An archive node does not discard any part of the statebase. However, normal full nodes do prune the statebase to avoid storing an ever growing state. Nevertheless, the pruning of the state database can be handled entirely, and often much more efficiently, by copying some parts of the database into a new database, and completely removing the old database, similar to the mark-and-sweep garbage collector. In fact, the RSK network client uses chained databases, periodically moving data from the oldest to the newest, to efficiently discard old state without ever performing single element database deletions.

No Range Queries

The EVM network client never needs to retrieve all possible keys or key/values in a certain range for blockchain synchronization as part of block execution. Range queries can be useful for non-standard tasks such as debugging block execution or statebase dumping, but generally these infrequent operations do not need to be specially efficient. Several database engines such as those based on B+trees are optimized for range queries. Removing range queries enables statebase designers to consider other types of data structures that are more efficient for lookups.

No Read Isolation Requirement

The DBMS Isolation levels do not apply to simple key/value databases which do not provide a SQL console. Originally the Ethereum full node would never perform batch reads, as each individual read opcode (i.e. SLOAD) would trigger an independent statebase access. Later, when EIP-2930 added transactions with access-lists, some clients started making use of batch reads. Batch reads can sometimes be optimized by the database engine making scattered reads in a single OS call or parallel reads with multi-threading. However, this doesn’t change that there can’t be harmful interference between reads and writes. We show why.

Read Isolation means that a transaction that reads the database at a specific moment will not get any partial data from concurrent batch write operations, either committed or still being processed. But with the properties previously presented (data immutability, no removals and guaranteed existence), it’s impossible for concurrent writes to affect a read operation, as the read operation, even if involving multiple key/value reads, will never access a key outside the set of keys known to be previously stored in the database. We conclude that a statebase does not need to isolate reads.

No Write Isolation Requirement

Write isolation means that the result of applying two batch write transactions concurrently will be as if both had been performed serially. We show that the trie state database does not benefit from a database engine providing write isolation.

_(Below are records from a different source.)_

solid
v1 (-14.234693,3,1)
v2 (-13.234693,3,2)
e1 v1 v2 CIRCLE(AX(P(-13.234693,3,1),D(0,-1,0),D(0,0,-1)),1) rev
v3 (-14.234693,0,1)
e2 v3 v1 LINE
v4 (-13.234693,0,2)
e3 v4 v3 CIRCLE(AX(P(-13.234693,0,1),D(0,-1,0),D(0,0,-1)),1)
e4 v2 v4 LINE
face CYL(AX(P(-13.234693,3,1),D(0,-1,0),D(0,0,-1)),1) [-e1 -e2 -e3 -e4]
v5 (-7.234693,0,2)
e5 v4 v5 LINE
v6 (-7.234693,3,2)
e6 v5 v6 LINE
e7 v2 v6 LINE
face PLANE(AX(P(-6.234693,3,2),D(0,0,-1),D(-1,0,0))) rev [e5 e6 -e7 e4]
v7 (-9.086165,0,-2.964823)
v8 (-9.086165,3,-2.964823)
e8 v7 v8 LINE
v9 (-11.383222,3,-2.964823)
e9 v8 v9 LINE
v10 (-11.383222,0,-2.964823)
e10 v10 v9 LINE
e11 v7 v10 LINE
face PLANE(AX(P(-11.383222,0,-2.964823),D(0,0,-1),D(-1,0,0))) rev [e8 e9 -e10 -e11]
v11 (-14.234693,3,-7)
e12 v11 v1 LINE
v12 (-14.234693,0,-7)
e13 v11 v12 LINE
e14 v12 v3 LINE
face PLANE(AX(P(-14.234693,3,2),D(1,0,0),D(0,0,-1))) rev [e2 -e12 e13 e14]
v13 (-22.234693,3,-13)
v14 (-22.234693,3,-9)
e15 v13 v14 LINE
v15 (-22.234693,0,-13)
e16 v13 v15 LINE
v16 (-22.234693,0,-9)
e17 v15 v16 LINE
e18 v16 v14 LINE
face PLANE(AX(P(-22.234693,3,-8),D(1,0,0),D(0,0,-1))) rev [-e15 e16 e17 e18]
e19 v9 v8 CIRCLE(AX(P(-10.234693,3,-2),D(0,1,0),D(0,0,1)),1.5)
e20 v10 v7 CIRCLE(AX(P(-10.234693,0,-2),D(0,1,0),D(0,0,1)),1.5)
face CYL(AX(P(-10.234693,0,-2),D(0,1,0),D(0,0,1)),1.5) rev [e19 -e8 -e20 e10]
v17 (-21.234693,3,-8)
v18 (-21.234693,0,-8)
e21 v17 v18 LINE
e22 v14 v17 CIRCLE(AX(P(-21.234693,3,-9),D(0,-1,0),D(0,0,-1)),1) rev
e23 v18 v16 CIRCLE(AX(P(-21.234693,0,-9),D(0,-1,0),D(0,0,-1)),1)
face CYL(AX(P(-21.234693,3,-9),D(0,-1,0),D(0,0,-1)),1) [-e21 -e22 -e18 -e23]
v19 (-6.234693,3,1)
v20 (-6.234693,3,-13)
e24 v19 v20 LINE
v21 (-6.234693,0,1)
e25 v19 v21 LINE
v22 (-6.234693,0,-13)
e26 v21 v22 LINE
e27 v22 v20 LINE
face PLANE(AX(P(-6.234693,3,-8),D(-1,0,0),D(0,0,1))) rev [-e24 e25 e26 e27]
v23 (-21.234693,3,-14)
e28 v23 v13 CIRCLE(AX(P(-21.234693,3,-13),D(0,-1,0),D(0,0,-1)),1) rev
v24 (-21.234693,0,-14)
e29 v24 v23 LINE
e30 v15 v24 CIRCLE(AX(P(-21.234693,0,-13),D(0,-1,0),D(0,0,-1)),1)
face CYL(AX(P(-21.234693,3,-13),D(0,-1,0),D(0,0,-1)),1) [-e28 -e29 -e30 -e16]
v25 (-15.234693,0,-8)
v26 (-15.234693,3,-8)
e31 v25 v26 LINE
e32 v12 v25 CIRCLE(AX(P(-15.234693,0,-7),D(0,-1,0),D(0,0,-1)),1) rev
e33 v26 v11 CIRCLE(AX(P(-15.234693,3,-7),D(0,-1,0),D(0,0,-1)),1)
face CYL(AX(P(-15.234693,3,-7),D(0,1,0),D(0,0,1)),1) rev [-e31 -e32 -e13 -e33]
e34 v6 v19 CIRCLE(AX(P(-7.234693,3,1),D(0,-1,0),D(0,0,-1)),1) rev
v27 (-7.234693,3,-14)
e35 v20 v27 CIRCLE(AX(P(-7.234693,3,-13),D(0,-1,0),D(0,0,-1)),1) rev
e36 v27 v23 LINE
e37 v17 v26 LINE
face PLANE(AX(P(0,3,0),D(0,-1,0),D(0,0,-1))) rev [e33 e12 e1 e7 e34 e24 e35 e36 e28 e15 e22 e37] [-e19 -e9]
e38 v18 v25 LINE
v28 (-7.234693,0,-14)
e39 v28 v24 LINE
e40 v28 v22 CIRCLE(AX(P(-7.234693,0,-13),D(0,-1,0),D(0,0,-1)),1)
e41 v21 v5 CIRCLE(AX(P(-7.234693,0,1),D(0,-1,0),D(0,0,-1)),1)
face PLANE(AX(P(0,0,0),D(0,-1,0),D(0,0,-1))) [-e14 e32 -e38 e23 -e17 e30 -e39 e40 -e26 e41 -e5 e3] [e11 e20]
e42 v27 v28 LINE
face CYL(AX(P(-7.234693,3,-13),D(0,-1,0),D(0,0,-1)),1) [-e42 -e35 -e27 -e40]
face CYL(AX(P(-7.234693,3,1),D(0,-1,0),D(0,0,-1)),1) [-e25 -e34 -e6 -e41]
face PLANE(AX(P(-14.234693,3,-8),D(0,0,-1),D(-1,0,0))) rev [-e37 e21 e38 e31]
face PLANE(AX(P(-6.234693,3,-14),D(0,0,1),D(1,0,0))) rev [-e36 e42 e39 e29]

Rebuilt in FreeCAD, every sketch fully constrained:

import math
import FreeCAD as App
import Part
import Sketcher
from FreeCAD import Vector


def edges_at(feature, points):
    """Names of the edges that pass closest to the given points."""
    edges = feature.Shape.Edges
    near = lambda p: min(range(len(edges)), key=lambda i: edges[i].distToShape(Part.Vertex(*p))[0])
    return sorted({f"Edge{near(p) + 1}" for p in points})


def add_polygon(sketch, points):
    """Adds a closed chain of lines whose ends are joined by coincident constraints."""
    first, n = sketch.GeometryCount, len(points)
    for a, b in zip(points, points[1:] + points[:1]):
        sketch.addGeometry(Part.LineSegment(App.Vector(*a, 0), App.Vector(*b, 0)), False)
    for i in range(n):
        sketch.addConstraint(Sketcher.Constraint("Coincident", first + i, 2, first + (i + 1) % n, 1))

doc = App.newDocument("Part")
body = doc.addObject("PartDesign::Body", "Body")

sketch1 = body.newObject("Sketcher::SketchObject", "Sketch")
sketch1.AttachmentSupport = (doc.getObject("XZ_Plane"), [""])
sketch1.MapMode = "FlatFace"
add_polygon(sketch1, [(-14, 2), (-6, 2), (-6, -14), (-22, -14), (-22, -8), (-14, -8)])
sketch1.addConstraint([
    Sketcher.Constraint("Horizontal", 0),
    Sketcher.Constraint("Vertical", 1),
    Sketcher.Constraint("Horizontal", 2),
    Sketcher.Constraint("Vertical", 3),
    Sketcher.Constraint("Horizontal", 4),
    Sketcher.Constraint("Vertical", 5),
    Sketcher.Constraint("Equal", 0, 4),
    Sketcher.Constraint("Equal", 2, 1),
    Sketcher.Constraint("DistanceX", 0, 1, 0, 2, 8.0),
    Sketcher.Constraint("DistanceY", 3, 1, 3, 2, 6.0),
    Sketcher.Constraint("DistanceY", -1, 1, 0, 2, 2.0),
    Sketcher.Constraint("DistanceX", 0, 2, -1, 1, 6.234693),
])
pad1 = body.newObject("PartDesign::Pad", "Pad")
pad1.Profile = sketch1
pad1.Length = 3
pad1.Reversed = True
doc.recompute()

fillet = body.newObject("PartDesign::Fillet", "Fillet")
fillet.Base = (pad1, edges_at(pad1, [(-22.235, 1.5, -14)]))
fillet.Radius = 1
doc.recompute()

fillet2 = body.newObject("PartDesign::Fillet", "Fillet001")
fillet2.Base = (fillet, edges_at(fillet, [(-22.235, 1.5, -8)]))
fillet2.Radius = 1
doc.recompute()

fillet3 = body.newObject("PartDesign::Fillet", "Fillet002")
fillet3.Base = (fillet2, edges_at(fillet2, [(-6.235, 1.5, -14)]))
fillet3.Radius = 1
doc.recompute()

fillet4 = body.newObject("PartDesign::Fillet", "Fillet003")
fillet4.Base = (fillet3, edges_at(fillet3, [(-14.235, 1.5, 2)]))
fillet4.Radius = 1
doc.recompute()

fillet5 = body.newObject("PartDesign::Fillet", "Fillet004")
fillet5.Base = (fillet4, edges_at(fillet4, [(-6.235, 1.5, 2)]))
fillet5.Radius = 1
doc.recompute()

fillet6 = body.newObject("PartDesign::Fillet", "Fillet005")
fillet6.Base = (fillet5, edges_at(fillet5, [(-14.235, 1.5, -8)]))
fillet6.Radius = 1

sketch2 = body.newObject("Sketcher::SketchObject", "Sketch001")
sketch2.AttachmentSupport = (doc.getObject("XZ_Plane"), [""])
sketch2.MapMode = "FlatFace"
sketch2.AttachmentOffset = App.Placement(Vector(0, 0, -3), App.Rotation())
sketch2.addGeometry([
    Part.LineSegment(Vector(-9.1, -3, 0), Vector(-11.4, -3, 0)),
    Part.ArcOfCircle(Part.Circle(Vector(-10.2, -2, 0), Vector(0, 0, 1), 1.5), math.radians(-40), math.radians(220)),
], False)
sketch2.addConstraint([
    Sketcher.Constraint("Coincident", 0, 1, 1, 1),
    Sketcher.Constraint("Coincident", 1, 2, 0, 2),
    Sketcher.Constraint("Horizontal", 0),
    Sketcher.Constraint("Radius", 1, 1.5),
    Sketcher.Constraint("DistanceY", 1, 3, -1, 1, 2.0),
    Sketcher.Constraint("DistanceX", 0, 2, 0, 1, 2.297056),
    Sketcher.Constraint("DistanceX", 1, 2, -1, 1, 11.383222),
])
pocket1 = body.newObject("PartDesign::Pocket", "Pocket")
pocket1.Profile = sketch2
pocket1.Length = 3
pocket1.Reversed = True

doc.recompute()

Each trie node in the database is indexed by its cryptographic hash digest. Even if two concurrent transactions attempt to write the same key/values, the values written will always be the same. Also, batch writes do not contain key/value removals, so no key written can be simultaneously erased. Therefore no interference can occur between batch writes. Even if two threads perform two batch write operations with some key/value overlap, the result would be equal irrespectively of the order. This would be true even if the two batches were applied with intermingled operations. No isolation is needed because all write operations are commutative.

Simplified Keys

Trie nodes are always accessed by pointers coming from other stored trie nodes or from the block state roots. The key of each value written to the statebase corresponds to the cryptographic hash of the node data. This enables disposing of the key itself, saving space on memory and disk. When the key is required, it can be computed dynamically from the data. Several data structures such as hashtable can be compressed by not storing the keys.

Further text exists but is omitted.